Untucked shirt - strongside high ride 

If flying or spending long periods in vehicle, shoulder w tshirt under open shirt (snap buttons also work) or jacket 

If in a open carry environment, molle holster attached to vest.


----------



## jmg

Well for me, so much change is not a good thing.
I´m like the dog of Pavlov.
I think "GUN!" and my hand automatically reach my OWB on the right.
As for ankle, it´s not confortable for me.


----------



## USAFgsm

submoa said:


> I'm just wondering if I'm the only one here that adjusts his carry depending on season and clothing?
> 
> Tucked shirt / long pants - ankle holster
> 
> Untucked shirt - strongside high ride
> 
> If flying or spending long periods in vehicle, shoulder w tshirt under open shirt (snap buttons also work) or jacket
> 
> If in a open carry environment, molle holster attached to vest.


I also change depending on the weather. During the summer I carry in an Uncle Mike's IWB. I don't find it to be uncomfortable at all and it hides the Glock 23 under a T-shirt just fine. 
During the winter I carry in a Desantis, just because its a little easier to draw and its not as difficult to conceal under heavier clothes.


----------



## Todd

submoa said:


> I'm just wondering if I'm the only one here that adjusts his carry depending on season and clothing?
> 
> Tucked shirt / long pants - ankle holster
> 
> Untucked shirt - strongside high ride
> 
> If flying or spending long periods in vehicle, shoulder w tshirt under open shirt (snap buttons also work) or jacket
> 
> If in a open carry environment, molle holster attached to vest.


I carry in the same spot all the time. I seem to have no brain lately ad it's best that I keep the gun in the same spot to avoid any confusion for myself.


----------



## Mike Barham

submoa said:


> I'm just wondering if I'm the only one here that adjusts his carry depending on season and clothing?


I do. I think it makes sense to have a "holster wardrobe." I realize I am in violation of "Bianchi's Law," but I like to dress appropriately for whatever occasion, rather than dressing around a gun.



> Tucked shirt / long pants - ankle holster


Agreed. This is what I normally wear to work - long pants with a tucked-in polo. KelTec in an Ankle Glove.



> Untucked shirt - strongside high ride


I'll usually go the IWB route here, though I have mainly given up wearing untucked shirts.
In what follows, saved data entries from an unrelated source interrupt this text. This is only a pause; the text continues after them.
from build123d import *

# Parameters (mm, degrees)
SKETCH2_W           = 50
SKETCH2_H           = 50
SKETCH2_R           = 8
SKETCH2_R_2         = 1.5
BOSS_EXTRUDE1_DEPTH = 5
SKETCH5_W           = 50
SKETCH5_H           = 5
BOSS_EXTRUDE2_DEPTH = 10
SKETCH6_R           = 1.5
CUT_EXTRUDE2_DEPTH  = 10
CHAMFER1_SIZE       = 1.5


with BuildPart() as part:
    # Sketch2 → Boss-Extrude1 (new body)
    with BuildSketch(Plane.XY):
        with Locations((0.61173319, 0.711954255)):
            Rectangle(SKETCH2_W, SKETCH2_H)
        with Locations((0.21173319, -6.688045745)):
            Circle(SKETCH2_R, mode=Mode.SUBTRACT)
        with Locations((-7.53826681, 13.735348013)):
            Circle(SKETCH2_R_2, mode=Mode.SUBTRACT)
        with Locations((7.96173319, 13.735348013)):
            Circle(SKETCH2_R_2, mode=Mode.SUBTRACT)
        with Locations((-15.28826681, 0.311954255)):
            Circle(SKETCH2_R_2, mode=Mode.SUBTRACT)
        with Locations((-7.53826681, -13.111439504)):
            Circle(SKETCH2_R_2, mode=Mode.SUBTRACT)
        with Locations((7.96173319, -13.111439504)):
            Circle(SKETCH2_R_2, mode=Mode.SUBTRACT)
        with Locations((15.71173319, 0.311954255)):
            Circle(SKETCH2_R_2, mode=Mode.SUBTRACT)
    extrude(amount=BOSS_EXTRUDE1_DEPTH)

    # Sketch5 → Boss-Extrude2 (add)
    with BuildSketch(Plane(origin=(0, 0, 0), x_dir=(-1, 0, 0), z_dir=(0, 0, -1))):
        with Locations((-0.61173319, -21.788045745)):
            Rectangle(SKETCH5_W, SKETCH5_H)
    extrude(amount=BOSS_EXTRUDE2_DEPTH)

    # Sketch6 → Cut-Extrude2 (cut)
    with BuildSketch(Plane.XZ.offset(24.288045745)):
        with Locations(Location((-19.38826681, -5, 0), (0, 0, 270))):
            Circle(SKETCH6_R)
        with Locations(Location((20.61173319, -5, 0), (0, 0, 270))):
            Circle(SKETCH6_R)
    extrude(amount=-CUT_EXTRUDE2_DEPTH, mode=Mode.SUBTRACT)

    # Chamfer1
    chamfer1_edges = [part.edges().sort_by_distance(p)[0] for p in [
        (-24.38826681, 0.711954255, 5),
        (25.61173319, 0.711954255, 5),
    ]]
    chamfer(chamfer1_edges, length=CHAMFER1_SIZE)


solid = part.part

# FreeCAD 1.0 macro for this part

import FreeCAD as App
import Part
import Sketcher
from FreeCAD import Vector


def edges_at(feature, points):
    """Names of the edges that pass closest to the given points."""
    edges = feature.Shape.Edges
    near = lambda p: min(range(len(edges)), key=lambda i: edges[i].distToShape(Part.Vertex(*p))[0])
    return sorted({f"Edge{near(p) + 1}" for p in points})

doc = App.newDocument("Part")
body = doc.addObject("PartDesign::Body", "Body")

# Sketch on XY plane
sketch1 = body.newObject("Sketcher::SketchObject", "Sketch")
sketch1.AttachmentSupport = (doc.getObject("XY_Plane"), [""])
sketch1.MapMode = "FlatFace"
sketch1.addGeometry([
    Part.LineSegment(Vector(-24.388267, 25.711954, 0), Vector(-24.388267, -24.288046, 0)),  # 0
    Part.LineSegment(Vector(-24.388267, -24.288046, 0), Vector(25.611733, -24.288046, 0)),  # 1
    Part.LineSegment(Vector(25.611733, -24.288046, 0), Vector(25.611733, 25.711954, 0)),  # 2
    Part.LineSegment(Vector(25.611733, 25.711954, 0), Vector(-24.388267, 25.711954, 0)),  # 3
    Part.Circle(Vector(-7.538267, -13.11144, 0), Vector(0, 0, 1), 1.5),  # 4
    Part.Circle(Vector(7.961733, -13.11144, 0), Vector(0, 0, 1), 1.5),  # 5
    Part.Circle(Vector(0.211733, -6.688046, 0), Vector(0, 0, 1), 8),  # 6
    Part.Circle(Vector(-15.288267, 0.311954, 0), Vector(0, 0, 1), 1.5),  # 7
    Part.Circle(Vector(-7.538267, 13.735348, 0), Vector(0, 0, 1), 1.5),  # 8
    Part.Circle(Vector(15.711733, 0.311954, 0), Vector(0, 0, 1), 1.5),  # 9
    Part.Circle(Vector(7.961733, 13.735348, 0), Vector(0, 0, 1), 1.5),  # 10
], False)
sketch1.addConstraint([
    Sketcher.Constraint("Coincident", 0, 2, 1, 1),
    Sketcher.Constraint("Coincident", 1, 2, 2, 1),
    Sketcher.Constraint("Coincident", 2, 2, 3, 1),
    Sketcher.Constraint("Coincident", 3, 2, 0, 1),
    Sketcher.Constraint("Vertical", 0),
    Sketcher.Constraint("Horizontal", 1),
    Sketcher.Constraint("Vertical", 2),
    Sketcher.Constraint("Horizontal", 3),
    Sketcher.Constraint("Equal", 4, 5),
    Sketcher.Constraint("Equal", 5, 7),
    Sketcher.Constraint("Equal", 7, 8),
    Sketcher.Constraint("Equal", 8, 9),
    Sketcher.Constraint("Equal", 9, 10),
    Sketcher.Constraint("Horizontal", 4, 3, 5, 3),
    Sketcher.Constraint("Horizontal", 7, 3, 9, 3),
    Sketcher.Constraint("Horizontal", 8, 3, 10, 3),
    Sketcher.Constraint("Vertical", 4, 3, 8, 3),
    Sketcher.Constraint("Vertical", 5, 3, 10, 3),
    Sketcher.Constraint("Equal", 3, 0),
    Sketcher.Constraint("Diameter", 4, 3.0),
    Sketcher.Constraint("Diameter", 6, 16.0),
    Sketcher.Constraint("DistanceX", 1, 1, 1, 2, 50.0),
    Sketcher.Constraint("DistanceY", 6, 3, 7, 3, 7.0),
    Sketcher.Constraint("DistanceX", 7, 3, 9, 3, 31.0),
    Sketcher.Constraint("DistanceX", 4, 3, 5, 3, 15.5),
    Sketcher.Constraint("DistanceX", 7, 3, 6, 3, 15.5),
    Sketcher.Constraint("DistanceX", 0, 2, 7, 3, 9.1),
    Sketcher.Constraint("DistanceY", 0, 2, 7, 3, 24.6),
    Sketcher.Constraint("DistanceX", 4, 3, 6, 3, 7.75),
    Sketcher.Constraint("DistanceY", 4, 3, -1, 1, 13.11144),
    Sketcher.Constraint("DistanceY", -1, 1, 8, 3, 13.735348),
    Sketcher.Constraint("DistanceX", 4, 3, -1, 1, 7.538267),
    Sketcher.Constraint("DistanceY", 6, 3, -1, 1, 6.688046),
])
pad1 = body.newObject("PartDesign::Pad", "Pad")
pad1.Profile = sketch1
pad1.Length = 5

# Sketch on XY plane
sketch2 = body.newObject("Sketcher::SketchObject", "Sketch001")
sketch2.AttachmentSupport = (doc.getObject("XY_Plane"), [""])
sketch2.MapMode = "FlatFace"
sketch2.addGeometry([
    Part.LineSegment(Vector(25.611733, -19.288046, 0), Vector(25.611733, -24.288046, 0)),
    Part.LineSegment(Vector(25.611733, -24.288046, 0), Vector(-24.388267, -24.288046, 0)),
    Part.LineSegment(Vector(-24.388267, -24.288046, 0), Vector(-24.388267, -19.288046, 0)),
    Part.LineSegment(Vector(-24.388267, -19.288046, 0), Vector(25.611733, -19.288046, 0)),
], False)
sketch2.addConstraint([
    Sketcher.Constraint("Coincident", 0, 2, 1, 1),
    Sketcher.Constraint("Coincident", 1, 2, 2, 1),
    Sketcher.Constraint("Coincident", 2, 2, 3, 1),
    Sketcher.Constraint("Coincident", 3, 2, 0, 1),
    Sketcher.Constraint("Vertical", 0),
    Sketcher.Constraint("Horizontal", 1),
    Sketcher.Constraint("Vertical", 2),
    Sketcher.Constraint("Horizontal", 3),
    Sketcher.Constraint("DistanceX", 1, 2, 1, 1, 50.0),
    Sketcher.Constraint("DistanceY", 0, 2, 0, 1, 5.0),
    Sketcher.Constraint("DistanceX", -1, 1, 0, 2, 25.611733),
    Sketcher.Constraint("DistanceY", 0, 2, -1, 1, 24.288046),
])
pad2 = body.newObject("PartDesign::Pad", "Pad001")
pad2.Profile = sketch2
pad2.Length = 10
pad2.Reversed = True

# Sketch on XZ plane
sketch3 = body.newObject("Sketcher::SketchObject", "Sketch002")
sketch3.AttachmentSupport = (doc.getObject("XZ_Plane"), [""])
sketch3.MapMode = "FlatFace"
sketch3.AttachmentOffset = App.Placement(Vector(0, 0, 24.288046), App.Rotation())
sketch3.addGeometry([
    Part.Circle(Vector(-19.388267, -5, 0), Vector(0, 0, 1), 1.5),
    Part.Circle(Vector(20.611733, -5, 0), Vector(0, 0, 1), 1.5),
], False)
sketch3.addConstraint([
    Sketcher.Constraint("Equal", 0, 1),
    Sketcher.Constraint("Horizontal", 0, 3, 1, 3),
    Sketcher.Constraint("Diameter", 0, 3.0),
    Sketcher.Constraint("DistanceY", 0, 3, -1, 1, 5.0),
    Sketcher.Constraint("DistanceX", 0, 3, 1, 3, 40.0),
    Sketcher.Constraint("DistanceX", 0, 3, -1, 1, 19.388267),
])
pocket1 = body.newObject("PartDesign::Pocket", "Pocket")
pocket1.Profile = sketch3
pocket1.Length = 10
doc.recompute()

chamfer = body.newObject("PartDesign::Chamfer", "Chamfer")
chamfer.Base = (pocket1, edges_at(pocket1, [(-24.388, 0.712, 5), (25.612, 0.712, 5)]))
chamfer.Size = 1.5

doc.recompute()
I'm in my late 30's, and prefer to avoid the untucked look that was fashionable in my 20's.



> If flying or spending long periods in vehicle, shoulder w tshirt under open shirt (snap buttons also work) or jacket


I can't fly armed since I am not an LEO nor do I fly charter/private. Long drives generally find me with the ankle rig, unless I am crossing state lines into a place where I can't carry.
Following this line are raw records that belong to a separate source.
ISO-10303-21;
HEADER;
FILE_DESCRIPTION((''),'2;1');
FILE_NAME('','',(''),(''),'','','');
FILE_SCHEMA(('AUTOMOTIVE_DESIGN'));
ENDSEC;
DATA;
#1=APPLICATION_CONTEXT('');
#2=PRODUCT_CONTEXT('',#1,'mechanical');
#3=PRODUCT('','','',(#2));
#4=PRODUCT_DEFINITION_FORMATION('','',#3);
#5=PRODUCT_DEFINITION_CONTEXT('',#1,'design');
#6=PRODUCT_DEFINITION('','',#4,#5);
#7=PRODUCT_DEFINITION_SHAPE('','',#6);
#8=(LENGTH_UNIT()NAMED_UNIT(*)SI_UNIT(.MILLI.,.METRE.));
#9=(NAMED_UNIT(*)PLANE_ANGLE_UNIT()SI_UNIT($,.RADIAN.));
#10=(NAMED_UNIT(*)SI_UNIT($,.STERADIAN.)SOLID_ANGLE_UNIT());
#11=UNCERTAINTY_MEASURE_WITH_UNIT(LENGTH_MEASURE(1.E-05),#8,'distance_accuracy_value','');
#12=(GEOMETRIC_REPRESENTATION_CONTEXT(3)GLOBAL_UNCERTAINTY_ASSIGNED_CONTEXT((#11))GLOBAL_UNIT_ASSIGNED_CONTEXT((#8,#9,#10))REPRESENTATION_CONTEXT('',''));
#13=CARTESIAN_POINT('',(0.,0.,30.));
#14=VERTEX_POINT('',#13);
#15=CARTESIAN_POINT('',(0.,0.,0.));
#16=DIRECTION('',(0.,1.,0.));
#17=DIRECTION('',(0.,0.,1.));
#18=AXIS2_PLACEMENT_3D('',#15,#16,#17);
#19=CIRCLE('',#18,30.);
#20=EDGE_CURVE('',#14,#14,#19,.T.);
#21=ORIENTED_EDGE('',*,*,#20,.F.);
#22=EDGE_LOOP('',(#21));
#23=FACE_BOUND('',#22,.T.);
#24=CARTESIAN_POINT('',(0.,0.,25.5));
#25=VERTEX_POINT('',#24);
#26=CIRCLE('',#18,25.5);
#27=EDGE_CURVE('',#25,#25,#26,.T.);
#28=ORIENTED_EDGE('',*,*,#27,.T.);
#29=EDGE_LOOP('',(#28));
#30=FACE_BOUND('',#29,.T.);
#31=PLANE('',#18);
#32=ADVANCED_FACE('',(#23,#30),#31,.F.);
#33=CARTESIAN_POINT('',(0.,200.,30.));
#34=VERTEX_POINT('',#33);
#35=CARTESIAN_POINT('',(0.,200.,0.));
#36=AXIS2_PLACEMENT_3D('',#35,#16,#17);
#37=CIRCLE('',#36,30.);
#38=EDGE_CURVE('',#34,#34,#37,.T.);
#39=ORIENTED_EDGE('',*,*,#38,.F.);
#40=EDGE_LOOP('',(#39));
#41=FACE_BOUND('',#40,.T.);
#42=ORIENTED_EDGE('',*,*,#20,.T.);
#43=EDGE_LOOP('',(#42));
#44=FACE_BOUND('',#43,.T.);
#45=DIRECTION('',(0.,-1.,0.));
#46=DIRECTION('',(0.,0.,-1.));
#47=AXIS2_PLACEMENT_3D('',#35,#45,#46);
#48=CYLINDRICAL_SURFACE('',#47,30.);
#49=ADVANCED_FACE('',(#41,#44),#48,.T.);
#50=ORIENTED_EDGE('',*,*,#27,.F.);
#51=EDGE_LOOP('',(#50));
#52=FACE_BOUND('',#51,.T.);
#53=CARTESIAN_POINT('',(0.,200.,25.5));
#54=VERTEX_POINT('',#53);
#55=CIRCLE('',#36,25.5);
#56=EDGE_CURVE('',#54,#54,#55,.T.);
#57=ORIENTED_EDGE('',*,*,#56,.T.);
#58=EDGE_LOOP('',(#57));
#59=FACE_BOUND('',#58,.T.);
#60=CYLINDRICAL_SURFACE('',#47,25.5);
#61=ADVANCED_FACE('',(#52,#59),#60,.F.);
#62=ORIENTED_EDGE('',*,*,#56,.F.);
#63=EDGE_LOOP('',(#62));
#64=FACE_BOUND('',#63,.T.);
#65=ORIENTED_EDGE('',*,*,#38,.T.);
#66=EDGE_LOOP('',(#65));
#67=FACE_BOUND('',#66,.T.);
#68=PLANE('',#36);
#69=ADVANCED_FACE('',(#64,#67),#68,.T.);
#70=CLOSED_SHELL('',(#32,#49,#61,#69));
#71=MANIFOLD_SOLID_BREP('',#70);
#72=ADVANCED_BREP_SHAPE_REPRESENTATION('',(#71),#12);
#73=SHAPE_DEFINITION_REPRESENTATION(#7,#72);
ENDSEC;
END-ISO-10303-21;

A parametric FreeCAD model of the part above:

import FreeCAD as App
import Part
import Sketcher

V = App.Vector

doc = App.newDocument("Part")
body = doc.addObject("PartDesign::Body", "Body")

sketch1 = doc.addObject("Sketcher::SketchObject", "Sketch")
body.addObject(sketch1)
sketch1.AttachmentSupport = (doc.XZ_Plane, [""])
sketch1.MapMode = "FlatFace"
sketch1.addGeometry(Part.Circle(V(0, 0, 0), V(0, 0, 1), 30), False)
sketch1.addGeometry(Part.Circle(V(0, 0, 0), V(0, 0, 1), 26), False)
sketch1.addConstraint(Sketcher.Constraint("Coincident", 0, 3, -1, 1))
sketch1.addConstraint(Sketcher.Constraint("Coincident", 1, 3, -1, 1))
sketch1.addConstraint(Sketcher.Constraint("Diameter", 0, 60.0))
sketch1.addConstraint(Sketcher.Constraint("Diameter", 1, 51.0))
pad1 = doc.addObject("PartDesign::Pad", "Pad")
body.addObject(pad1)
pad1.Profile = sketch1
pad1.Length = 200
pad1.Reversed = True

doc.recompute()
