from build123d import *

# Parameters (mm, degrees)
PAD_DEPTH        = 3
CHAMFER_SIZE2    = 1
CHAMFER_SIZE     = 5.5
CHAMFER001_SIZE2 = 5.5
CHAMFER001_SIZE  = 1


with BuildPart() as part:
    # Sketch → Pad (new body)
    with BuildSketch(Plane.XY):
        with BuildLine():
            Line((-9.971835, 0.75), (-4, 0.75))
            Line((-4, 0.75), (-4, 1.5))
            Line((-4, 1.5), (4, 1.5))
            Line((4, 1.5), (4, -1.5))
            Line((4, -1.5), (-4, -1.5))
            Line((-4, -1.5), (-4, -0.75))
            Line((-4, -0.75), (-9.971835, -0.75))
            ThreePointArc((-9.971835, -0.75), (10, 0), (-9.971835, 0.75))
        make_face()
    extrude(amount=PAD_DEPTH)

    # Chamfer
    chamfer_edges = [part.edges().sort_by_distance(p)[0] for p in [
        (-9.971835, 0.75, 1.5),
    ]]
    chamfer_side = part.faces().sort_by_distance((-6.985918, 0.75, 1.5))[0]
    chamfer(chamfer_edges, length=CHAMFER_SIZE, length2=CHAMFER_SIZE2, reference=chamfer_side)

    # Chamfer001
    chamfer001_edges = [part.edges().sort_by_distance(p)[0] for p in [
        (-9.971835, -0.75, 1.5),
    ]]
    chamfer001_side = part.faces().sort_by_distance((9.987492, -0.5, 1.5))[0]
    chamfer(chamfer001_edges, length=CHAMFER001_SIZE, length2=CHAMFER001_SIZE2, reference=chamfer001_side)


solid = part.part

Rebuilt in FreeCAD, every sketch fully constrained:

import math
import FreeCAD as App
import Part
import Sketcher
Q = App.Units.Quantity


def edges_at(feature, points):
    """Names of the edges that pass closest to the given points."""
    edges = feature.Shape.Edges
    near = lambda p: min(range(len(edges)), key=lambda i: edges[i].distToShape(Part.Vertex(*p))[0])
    return sorted({f"Edge{near(p) + 1}" for p in points})

doc = App.newDocument("Part")
body = doc.addObject("PartDesign::Body", "Body")

# Sketch on XY plane
sketch1 = body.newObject("Sketcher::SketchObject", "Sketch")
sketch1.AttachmentSupport = (doc.getObject("XY_Plane"), [""])
sketch1.MapMode = "FlatFace"
sketch1.addGeometry([
    Part.LineSegment(App.Vector(-10, 0.8, 0), App.Vector(-4, 0.8, 0)),  # 0
    Part.LineSegment(App.Vector(-4, 0.8, 0), App.Vector(-4, 1.5, 0)),  # 1
    Part.LineSegment(App.Vector(-4, 1.5, 0), App.Vector(4, 1.5, 0)),  # 2
    Part.LineSegment(App.Vector(4, 1.5, 0), App.Vector(4, -1.5, 0)),  # 3
    Part.LineSegment(App.Vector(4, -1.5, 0), App.Vector(-4, -1.5, 0)),  # 4
    Part.LineSegment(App.Vector(-4, -1.5, 0), App.Vector(-4, -0.8, 0)),  # 5
    Part.LineSegment(App.Vector(-4, -0.8, 0), App.Vector(-10, -0.8, 0)),  # 6
    Part.ArcOfCircle(Part.Circle(App.Vector(0, 0, 0), App.Vector(0, 0, 1), 10), math.radians(-176), math.radians(176)),  # 7
], False)
sketch1.addConstraint([
    Sketcher.Constraint("Coincident", 0, 2, 1, 1),
    Sketcher.Constraint("Coincident", 1, 2, 2, 1),
    Sketcher.Constraint("Coincident", 2, 2, 3, 1),
    Sketcher.Constraint("Coincident", 3, 2, 4, 1),
    Sketcher.Constraint("Coincident", 4, 2, 5, 1),
    Sketcher.Constraint("Coincident", 5, 2, 6, 1),
    Sketcher.Constraint("Coincident", 6, 2, 7, 1),
    Sketcher.Constraint("Coincident", 7, 2, 0, 1),
    Sketcher.Constraint("Horizontal", 0),
    Sketcher.Constraint("Vertical", 1),
    Sketcher.Constraint("Horizontal", 2),
    Sketcher.Constraint("Vertical", 3),
    Sketcher.Constraint("Horizontal", 4),
    Sketcher.Constraint("Vertical", 5),
    Sketcher.Constraint("Horizontal", 6),
    Sketcher.Constraint("Coincident", 7, 3, -1, 1),
    Sketcher.Constraint("Symmetric", 1, 2, 3, 2, -1, 1),
    Sketcher.Constraint("Symmetric", 0, 2, 5, 2, -1),
    Sketcher.Constraint("Radius", 7, Q("10 mm")),
    Sketcher.Constraint("DistanceX", 2, 1, 2, 2, Q("8 mm")),
    Sketcher.Constraint("DistanceY", 3, 2, 3, 1, Q("3 mm")),
    Sketcher.Constraint("DistanceY", 1, 1, 1, 2, Q("0.75 mm")),
])
pad1 = body.newObject("PartDesign::Pad", "Pad")
pad1.Profile = sketch1
pad1.Length = 3
doc.recompute()

chamfer = body.newObject("PartDesign::Chamfer", "Chamfer")
chamfer.Base = (pad1, edges_at(pad1, [(-9.972, 0.75, 1.5)]))
chamfer.ChamferType = "Two distances"
chamfer.Size = 5.5
chamfer.Size2 = 1
doc.recompute()

chamfer2 = body.newObject("PartDesign::Chamfer", "Chamfer001")
chamfer2.Base = (chamfer, edges_at(chamfer, [(-9.972, -0.75, 1.5)]))
chamfer2.ChamferType = "Two distances"
chamfer2.Size = 1
chamfer2.Size2 = 5.5

doc.recompute()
> If in a open carry environment, molle holster attached to vest.


While Arizona is an open-carry state, I remain concealed unless actually on the shooting range, hunting or camping. I did use a Serpa attached to my IBA/IOTV for my M9 in Afghanistan. When working on the FOB/base, I openly wore a shoulder rig, though concealment was also permissible.

I often wear cargo shorts in hot Phoenix, and since that eliminates the ankle holster, I use the KelTec PF9 in a pocket holster. I suppose I could use a tuckable IWB, but the pocket holster is more comfortable and convenient.

When running, I clip a KelTec to my shorts, with a pair of spandex shorts underneath to prevent chafing.


----------



## Old Padawan

I have a holster wardrobe. I generally wear a tuckable IWB. I like to wear up front but often carry on the rear right hip. I use the Galco USA and SkyOps. If I am wearing a decent shirt I will tuck it in. When I traveled to KY recently, I used a J frame in an ankle holster. An on occasion I end up with my KelTec in my pocket. 
I wear a Colt Combat Commander or G23 no matter the weather. I can wear a shirt and tie or shorts and a T-Shirt.


----------



## submoa

Damn... Just opened up a Galco marketing opportunity


----------



## xdmedic24

Here's my SA XD9SC and the Comp-Tac MTAC IWB holster - great combination!


----------



## Mike Barham

submoa said:


> Damn... Just opened up a Galco marketing opportunity


In fairness, I did mention the Blackhawk Serpa. :mrgreen:


----------



## niadhf

Deltaboy1984 said:


> I have a Federal IWB that I got at Academy Sports for 15 bucks I got it set the way I wanted and I sewed it up
> 
> I got it for my Bulgy 9X18MM Mak.


Hmmm. thanks for the inof. there are so few , usable, holsters out there for these GREAT guns.


----------



## niadhf

Mike Barham said:


> I often wear cargo shorts in hot Phoenix, and since that eliminates the ankle holster, I use the KelTec PF9 in a pocket holster. _*I suppose I could use a tuckable IWB*_, but the pocket holster is more comfortable and convenient.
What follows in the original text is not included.